Orthognathic surgery produces significant facial skeletal changes and bite correction. For many patients who undergo orthognathic surgery that operation addresses all of their facial concerns and no further surgery is required. But by the nature of where and how the maxillary and mandibular osteotomies are done, contour irregularities along the jawline can occur as well as facial deficiencies left untreated that lie beyond the osteotomy lines.
Historically these facial contour and irregularity issues were treated secondarily with standard facial implants and various alloplastic contouring materials. (e.g., hydroxyapatite granules/cements, ePTFE sheeting) While the placement of standard implants and the surgeon ‘customizing” implant materials during surgery can be helpful, they often introduce their own contour deformities due to the imprecise nature of these approaches.
In the September 2018 issue of the journal Plastic and Reconstructive Surgery, an article was published entitled ‘Refining Post-Orthognathic Surgery Facial Contour with Computer-Designed /Computer Manufactured Alloplastic Implants.’ In this paper the authors review their experience in 21 patients who had prior orthographic surgery (Lefort I, sagittal split mandibular osteotomies) who had contour irregularities and facial imbalances. Implants were computer design and custom made from three materials, solid silicone (9), porous polyethyene ( 6) and polyetheretherketone. (6) With an average two year followup, the only complication was seen in one patient who had to have their implants removed due to infection. All other patients had satisfactory results with no need for removal or revision.
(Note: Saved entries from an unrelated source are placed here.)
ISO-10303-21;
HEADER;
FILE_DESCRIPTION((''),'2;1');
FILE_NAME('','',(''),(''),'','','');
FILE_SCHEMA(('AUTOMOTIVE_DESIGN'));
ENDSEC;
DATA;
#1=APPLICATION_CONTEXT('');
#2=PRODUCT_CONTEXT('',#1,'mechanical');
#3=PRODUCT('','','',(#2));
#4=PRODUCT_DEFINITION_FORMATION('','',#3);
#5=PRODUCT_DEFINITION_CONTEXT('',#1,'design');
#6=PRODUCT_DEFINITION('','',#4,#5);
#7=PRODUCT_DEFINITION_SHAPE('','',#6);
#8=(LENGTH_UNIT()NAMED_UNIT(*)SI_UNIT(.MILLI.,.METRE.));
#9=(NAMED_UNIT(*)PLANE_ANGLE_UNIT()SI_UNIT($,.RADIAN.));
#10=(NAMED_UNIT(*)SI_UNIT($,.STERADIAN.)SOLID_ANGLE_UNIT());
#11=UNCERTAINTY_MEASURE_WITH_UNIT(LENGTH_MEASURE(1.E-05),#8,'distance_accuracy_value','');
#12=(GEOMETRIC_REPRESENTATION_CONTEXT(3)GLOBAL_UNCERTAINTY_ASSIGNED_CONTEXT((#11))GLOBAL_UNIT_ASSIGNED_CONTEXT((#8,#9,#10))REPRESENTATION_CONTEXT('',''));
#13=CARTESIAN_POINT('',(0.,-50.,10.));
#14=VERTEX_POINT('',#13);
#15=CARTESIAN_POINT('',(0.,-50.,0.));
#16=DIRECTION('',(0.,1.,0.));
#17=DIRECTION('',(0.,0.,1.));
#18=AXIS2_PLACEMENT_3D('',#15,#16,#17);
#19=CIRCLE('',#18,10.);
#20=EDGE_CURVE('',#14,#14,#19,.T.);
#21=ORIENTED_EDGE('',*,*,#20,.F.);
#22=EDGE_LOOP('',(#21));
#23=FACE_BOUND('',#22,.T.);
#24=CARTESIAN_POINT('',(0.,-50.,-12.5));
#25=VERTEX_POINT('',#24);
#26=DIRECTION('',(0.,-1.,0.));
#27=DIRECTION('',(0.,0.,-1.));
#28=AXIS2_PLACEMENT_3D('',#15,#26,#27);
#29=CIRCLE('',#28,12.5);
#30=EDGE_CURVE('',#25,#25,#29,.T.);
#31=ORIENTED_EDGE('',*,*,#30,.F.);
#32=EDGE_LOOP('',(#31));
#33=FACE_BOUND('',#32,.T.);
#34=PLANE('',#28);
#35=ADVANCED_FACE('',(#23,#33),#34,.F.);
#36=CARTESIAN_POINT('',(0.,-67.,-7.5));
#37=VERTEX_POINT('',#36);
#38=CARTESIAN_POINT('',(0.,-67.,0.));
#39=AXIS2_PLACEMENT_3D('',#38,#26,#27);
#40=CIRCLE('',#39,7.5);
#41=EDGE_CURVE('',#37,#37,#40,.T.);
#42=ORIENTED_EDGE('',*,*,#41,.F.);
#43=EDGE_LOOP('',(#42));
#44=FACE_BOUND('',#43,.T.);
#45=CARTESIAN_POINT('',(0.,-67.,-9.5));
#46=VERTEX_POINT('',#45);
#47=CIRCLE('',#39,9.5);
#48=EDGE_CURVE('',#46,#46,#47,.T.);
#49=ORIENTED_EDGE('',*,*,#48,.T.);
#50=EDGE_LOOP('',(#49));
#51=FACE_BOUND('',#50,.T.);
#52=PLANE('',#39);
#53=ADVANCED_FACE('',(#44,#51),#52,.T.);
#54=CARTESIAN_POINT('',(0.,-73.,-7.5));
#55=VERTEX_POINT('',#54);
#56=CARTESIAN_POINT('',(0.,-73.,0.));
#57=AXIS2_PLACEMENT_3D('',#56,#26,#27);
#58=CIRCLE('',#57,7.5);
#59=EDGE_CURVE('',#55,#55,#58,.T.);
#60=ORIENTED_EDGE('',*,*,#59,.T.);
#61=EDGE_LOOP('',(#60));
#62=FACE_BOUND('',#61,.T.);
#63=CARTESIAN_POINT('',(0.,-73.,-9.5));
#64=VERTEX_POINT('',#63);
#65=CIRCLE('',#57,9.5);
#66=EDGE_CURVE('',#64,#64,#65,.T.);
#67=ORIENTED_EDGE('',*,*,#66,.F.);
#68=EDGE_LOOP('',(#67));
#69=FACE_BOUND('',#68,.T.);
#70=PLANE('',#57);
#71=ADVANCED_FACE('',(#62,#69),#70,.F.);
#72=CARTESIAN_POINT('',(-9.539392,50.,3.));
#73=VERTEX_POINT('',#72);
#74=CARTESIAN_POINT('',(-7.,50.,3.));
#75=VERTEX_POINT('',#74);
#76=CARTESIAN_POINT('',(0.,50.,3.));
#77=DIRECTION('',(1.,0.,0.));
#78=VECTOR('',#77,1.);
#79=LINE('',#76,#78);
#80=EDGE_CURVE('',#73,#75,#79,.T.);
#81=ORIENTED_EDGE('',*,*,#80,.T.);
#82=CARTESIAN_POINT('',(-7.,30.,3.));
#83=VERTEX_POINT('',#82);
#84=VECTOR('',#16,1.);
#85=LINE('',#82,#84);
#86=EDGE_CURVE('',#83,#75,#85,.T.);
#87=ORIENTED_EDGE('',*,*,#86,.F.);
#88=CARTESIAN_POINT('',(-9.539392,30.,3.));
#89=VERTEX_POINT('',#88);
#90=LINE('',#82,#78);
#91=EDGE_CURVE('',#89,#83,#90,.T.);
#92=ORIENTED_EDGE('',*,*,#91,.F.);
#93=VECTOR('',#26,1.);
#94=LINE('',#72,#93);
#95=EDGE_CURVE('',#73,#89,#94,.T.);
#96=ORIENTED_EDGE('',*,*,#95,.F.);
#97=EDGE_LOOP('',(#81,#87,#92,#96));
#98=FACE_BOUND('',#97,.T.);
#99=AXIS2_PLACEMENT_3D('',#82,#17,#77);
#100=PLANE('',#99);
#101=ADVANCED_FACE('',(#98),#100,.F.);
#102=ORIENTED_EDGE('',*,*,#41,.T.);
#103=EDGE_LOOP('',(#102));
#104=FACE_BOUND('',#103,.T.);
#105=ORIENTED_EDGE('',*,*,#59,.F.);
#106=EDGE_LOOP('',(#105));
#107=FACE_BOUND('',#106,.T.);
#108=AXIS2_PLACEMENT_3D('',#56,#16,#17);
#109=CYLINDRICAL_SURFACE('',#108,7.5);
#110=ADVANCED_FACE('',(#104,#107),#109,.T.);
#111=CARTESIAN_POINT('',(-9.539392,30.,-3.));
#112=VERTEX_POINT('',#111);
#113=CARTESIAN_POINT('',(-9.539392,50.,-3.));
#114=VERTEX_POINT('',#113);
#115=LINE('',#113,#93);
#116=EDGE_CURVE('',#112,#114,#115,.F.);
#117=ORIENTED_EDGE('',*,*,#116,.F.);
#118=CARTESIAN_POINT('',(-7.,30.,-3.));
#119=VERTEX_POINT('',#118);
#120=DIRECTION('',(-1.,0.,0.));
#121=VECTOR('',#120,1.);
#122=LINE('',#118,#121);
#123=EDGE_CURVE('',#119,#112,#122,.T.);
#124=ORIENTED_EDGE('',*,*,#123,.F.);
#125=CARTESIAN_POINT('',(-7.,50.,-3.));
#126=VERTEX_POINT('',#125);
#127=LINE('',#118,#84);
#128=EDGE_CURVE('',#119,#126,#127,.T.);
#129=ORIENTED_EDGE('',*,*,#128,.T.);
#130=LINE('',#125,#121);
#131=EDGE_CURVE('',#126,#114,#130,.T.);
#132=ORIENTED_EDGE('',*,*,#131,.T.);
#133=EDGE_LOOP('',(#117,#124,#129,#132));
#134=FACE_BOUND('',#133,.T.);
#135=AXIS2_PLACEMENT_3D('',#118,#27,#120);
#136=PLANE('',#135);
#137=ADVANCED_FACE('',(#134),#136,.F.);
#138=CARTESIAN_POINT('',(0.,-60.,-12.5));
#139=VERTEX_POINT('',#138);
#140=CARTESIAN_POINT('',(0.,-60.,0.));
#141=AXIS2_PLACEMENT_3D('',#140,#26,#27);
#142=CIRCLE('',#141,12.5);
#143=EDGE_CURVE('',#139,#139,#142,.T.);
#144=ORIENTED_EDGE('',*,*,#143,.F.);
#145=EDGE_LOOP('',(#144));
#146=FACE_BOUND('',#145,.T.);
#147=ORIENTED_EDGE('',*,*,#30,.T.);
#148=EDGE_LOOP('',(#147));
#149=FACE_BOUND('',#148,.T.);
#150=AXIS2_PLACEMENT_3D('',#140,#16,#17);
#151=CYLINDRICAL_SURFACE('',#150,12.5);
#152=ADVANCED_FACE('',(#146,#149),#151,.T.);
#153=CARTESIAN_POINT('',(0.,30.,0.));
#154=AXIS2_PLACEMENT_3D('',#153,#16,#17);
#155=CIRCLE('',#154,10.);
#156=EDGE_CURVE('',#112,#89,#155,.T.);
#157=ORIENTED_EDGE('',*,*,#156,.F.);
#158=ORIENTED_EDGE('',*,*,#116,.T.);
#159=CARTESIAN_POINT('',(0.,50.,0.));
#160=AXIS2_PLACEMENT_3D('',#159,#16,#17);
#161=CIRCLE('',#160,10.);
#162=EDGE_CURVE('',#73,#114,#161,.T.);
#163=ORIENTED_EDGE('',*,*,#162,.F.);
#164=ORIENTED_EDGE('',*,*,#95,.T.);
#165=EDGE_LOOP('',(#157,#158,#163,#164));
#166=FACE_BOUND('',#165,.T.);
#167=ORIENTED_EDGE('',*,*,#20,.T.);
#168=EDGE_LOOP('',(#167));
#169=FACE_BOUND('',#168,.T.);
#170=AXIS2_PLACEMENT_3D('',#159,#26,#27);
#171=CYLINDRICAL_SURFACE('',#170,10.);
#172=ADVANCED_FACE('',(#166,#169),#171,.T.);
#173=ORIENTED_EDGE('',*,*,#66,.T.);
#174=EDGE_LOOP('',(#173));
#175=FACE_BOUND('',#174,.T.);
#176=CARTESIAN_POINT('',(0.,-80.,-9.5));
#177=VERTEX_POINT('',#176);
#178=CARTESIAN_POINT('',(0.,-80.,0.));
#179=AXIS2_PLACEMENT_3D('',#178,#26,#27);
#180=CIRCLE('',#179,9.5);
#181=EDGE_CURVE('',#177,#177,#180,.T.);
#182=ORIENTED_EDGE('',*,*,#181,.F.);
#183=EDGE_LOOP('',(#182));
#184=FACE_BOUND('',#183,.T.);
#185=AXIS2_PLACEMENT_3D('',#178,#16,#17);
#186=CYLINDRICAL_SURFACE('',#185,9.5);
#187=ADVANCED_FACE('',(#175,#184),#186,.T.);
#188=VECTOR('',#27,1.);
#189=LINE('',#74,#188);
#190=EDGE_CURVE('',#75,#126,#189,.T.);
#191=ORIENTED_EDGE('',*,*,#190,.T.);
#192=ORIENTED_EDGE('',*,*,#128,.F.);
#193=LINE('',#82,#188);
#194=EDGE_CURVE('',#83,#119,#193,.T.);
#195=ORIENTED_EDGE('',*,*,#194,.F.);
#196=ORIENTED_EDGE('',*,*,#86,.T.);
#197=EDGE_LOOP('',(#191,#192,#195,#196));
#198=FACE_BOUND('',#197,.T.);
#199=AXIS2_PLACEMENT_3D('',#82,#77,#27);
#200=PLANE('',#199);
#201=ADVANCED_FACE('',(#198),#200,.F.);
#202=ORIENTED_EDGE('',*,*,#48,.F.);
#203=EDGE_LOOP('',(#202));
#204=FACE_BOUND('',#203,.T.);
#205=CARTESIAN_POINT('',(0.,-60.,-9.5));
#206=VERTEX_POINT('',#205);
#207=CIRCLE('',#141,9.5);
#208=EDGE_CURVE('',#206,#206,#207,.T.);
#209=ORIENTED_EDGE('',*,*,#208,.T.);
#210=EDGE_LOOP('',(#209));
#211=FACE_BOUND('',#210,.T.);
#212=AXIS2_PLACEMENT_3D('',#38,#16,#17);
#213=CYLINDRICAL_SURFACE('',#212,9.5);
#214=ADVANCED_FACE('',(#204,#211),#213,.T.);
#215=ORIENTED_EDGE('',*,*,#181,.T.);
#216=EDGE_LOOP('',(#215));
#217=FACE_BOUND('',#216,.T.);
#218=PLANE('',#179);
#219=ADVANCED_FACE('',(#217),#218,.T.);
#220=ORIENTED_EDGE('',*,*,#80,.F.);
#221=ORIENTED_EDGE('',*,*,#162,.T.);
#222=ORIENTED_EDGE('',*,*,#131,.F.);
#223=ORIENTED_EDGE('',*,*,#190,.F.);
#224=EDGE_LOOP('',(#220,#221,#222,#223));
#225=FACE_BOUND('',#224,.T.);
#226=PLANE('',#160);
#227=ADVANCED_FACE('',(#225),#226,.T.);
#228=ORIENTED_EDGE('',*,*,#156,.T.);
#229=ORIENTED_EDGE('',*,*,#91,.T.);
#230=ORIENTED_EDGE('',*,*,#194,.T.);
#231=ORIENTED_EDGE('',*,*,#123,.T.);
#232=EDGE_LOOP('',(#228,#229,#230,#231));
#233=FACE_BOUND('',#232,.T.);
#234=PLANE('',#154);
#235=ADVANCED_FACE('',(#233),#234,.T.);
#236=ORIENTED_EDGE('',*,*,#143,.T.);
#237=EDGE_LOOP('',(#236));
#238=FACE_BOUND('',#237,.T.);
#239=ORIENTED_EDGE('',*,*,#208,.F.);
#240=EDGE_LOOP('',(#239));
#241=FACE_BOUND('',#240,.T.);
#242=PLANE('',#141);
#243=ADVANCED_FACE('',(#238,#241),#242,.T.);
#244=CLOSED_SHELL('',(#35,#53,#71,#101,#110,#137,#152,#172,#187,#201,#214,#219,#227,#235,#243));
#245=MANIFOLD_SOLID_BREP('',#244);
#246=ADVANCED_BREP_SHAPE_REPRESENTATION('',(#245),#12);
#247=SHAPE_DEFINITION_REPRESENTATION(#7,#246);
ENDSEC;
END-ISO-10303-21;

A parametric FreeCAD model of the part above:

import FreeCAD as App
import Part
import Sketcher
Q = App.Units.Quantity

doc = App.newDocument("Part")
body = doc.addObject("PartDesign::Body", "Body")

sketch1 = body.newObject("Sketcher::SketchObject", "Sketch")
sketch1.AttachmentSupport = (doc.getObject("XZ_Plane"), [""])
sketch1.MapMode = "FlatFace"
sketch1.addGeometry(Part.Circle(App.Vector(0, 0, 0), App.Vector(0, 0, 1), 10), False)
sketch1.addConstraint([
    Sketcher.Constraint("Coincident", 0, 3, -1, 1),
    Sketcher.Constraint("Diameter", 0, Q("20 mm")),
])
pad1 = body.newObject("PartDesign::Pad", "Pad")
pad1.Profile = sketch1
pad1.Length = 100
pad1.Midplane = True

sketch2 = body.newObject("Sketcher::SketchObject", "Sketch001")
sketch2.AttachmentSupport = (doc.getObject("XZ_Plane"), [""])
sketch2.MapMode = "FlatFace"
sketch2.AttachmentOffset = App.Placement(App.Vector(0, 0, 50), App.Rotation())
sketch2.addGeometry(Part.Circle(App.Vector(0, 0, 0), App.Vector(0, 0, 1), 12), False)
sketch2.addConstraint([
    Sketcher.Constraint("Coincident", 0, 3, -1, 1),
    Sketcher.Constraint("Diameter", 0, Q("25 mm")),
])
pad2 = body.newObject("PartDesign::Pad", "Pad001")
pad2.Profile = sketch2
pad2.Length = 10

sketch3 = body.newObject("Sketcher::SketchObject", "Sketch002")
sketch3.AttachmentSupport = (doc.getObject("XZ_Plane"), [""])
sketch3.MapMode = "FlatFace"
sketch3.AttachmentOffset = App.Placement(App.Vector(0, 0, 60), App.Rotation())
sketch3.addGeometry(Part.Circle(App.Vector(0, 0, 0), App.Vector(0, 0, 1), 10), False)
sketch3.addConstraint([
    Sketcher.Constraint("Coincident", 0, 3, -1, 1),
    Sketcher.Constraint("Diameter", 0, Q("19 mm")),
])
pad3 = body.newObject("PartDesign::Pad", "Pad002")
pad3.Profile = sketch3
pad3.Length = 7

sketch4 = body.newObject("Sketcher::SketchObject", "Sketch003")
sketch4.AttachmentSupport = (doc.getObject("XZ_Plane"), [""])
sketch4.MapMode = "FlatFace"
sketch4.AttachmentOffset = App.Placement(App.Vector(0, 0, 67), App.Rotation())
sketch4.addGeometry(Part.Circle(App.Vector(0, 0, 0), App.Vector(0, 0, 1), 8), False)
sketch4.addConstraint([
    Sketcher.Constraint("Coincident", 0, 3, -1, 1),
    Sketcher.Constraint("Diameter", 0, Q("15 mm")),
])
pad4 = body.newObject("PartDesign::Pad", "Pad003")
pad4.Profile = sketch4
pad4.Length = 6

sketch5 = body.newObject("Sketcher::SketchObject", "Sketch004")
sketch5.AttachmentSupport = (doc.getObject("XZ_Plane"), [""])
sketch5.MapMode = "FlatFace"
sketch5.AttachmentOffset = App.Placement(App.Vector(0, 0, 73), App.Rotation())
sketch5.addGeometry(Part.Circle(App.Vector(0, 0, 0), App.Vector(0, 0, 1), 10), False)
sketch5.addConstraint([
    Sketcher.Constraint("Coincident", 0, 3, -1, 1),
    Sketcher.Constraint("Diameter", 0, Q("19 mm")),
])
pad5 = body.newObject("PartDesign::Pad", "Pad004")
pad5.Profile = sketch5
pad5.Length = 7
It is hard to argue with the computer design approach for alloplastic facial contouring after orthognathic surgery. This is done for two reasons; 1) correction of bony contour irregularities caused by the osteotomies and bony movement, and 2) facial contour improvements that were not addressed by the bony movements. I have found the latter is the most common reason for custom implants after orthognathic surgery. In fact some patients today know that their desired facial aesthetic result is going to require custom implants after orthognathic surgery.
The revision rates with trying to use an off-the-shelf alloplastic materials for facial contouring with irregular skeletal anatomy and asymmetries is not low.While custom implants cost more, a failed use of standard implants that results in more surgery can quickly exceed the cost of an initial custom implant approach.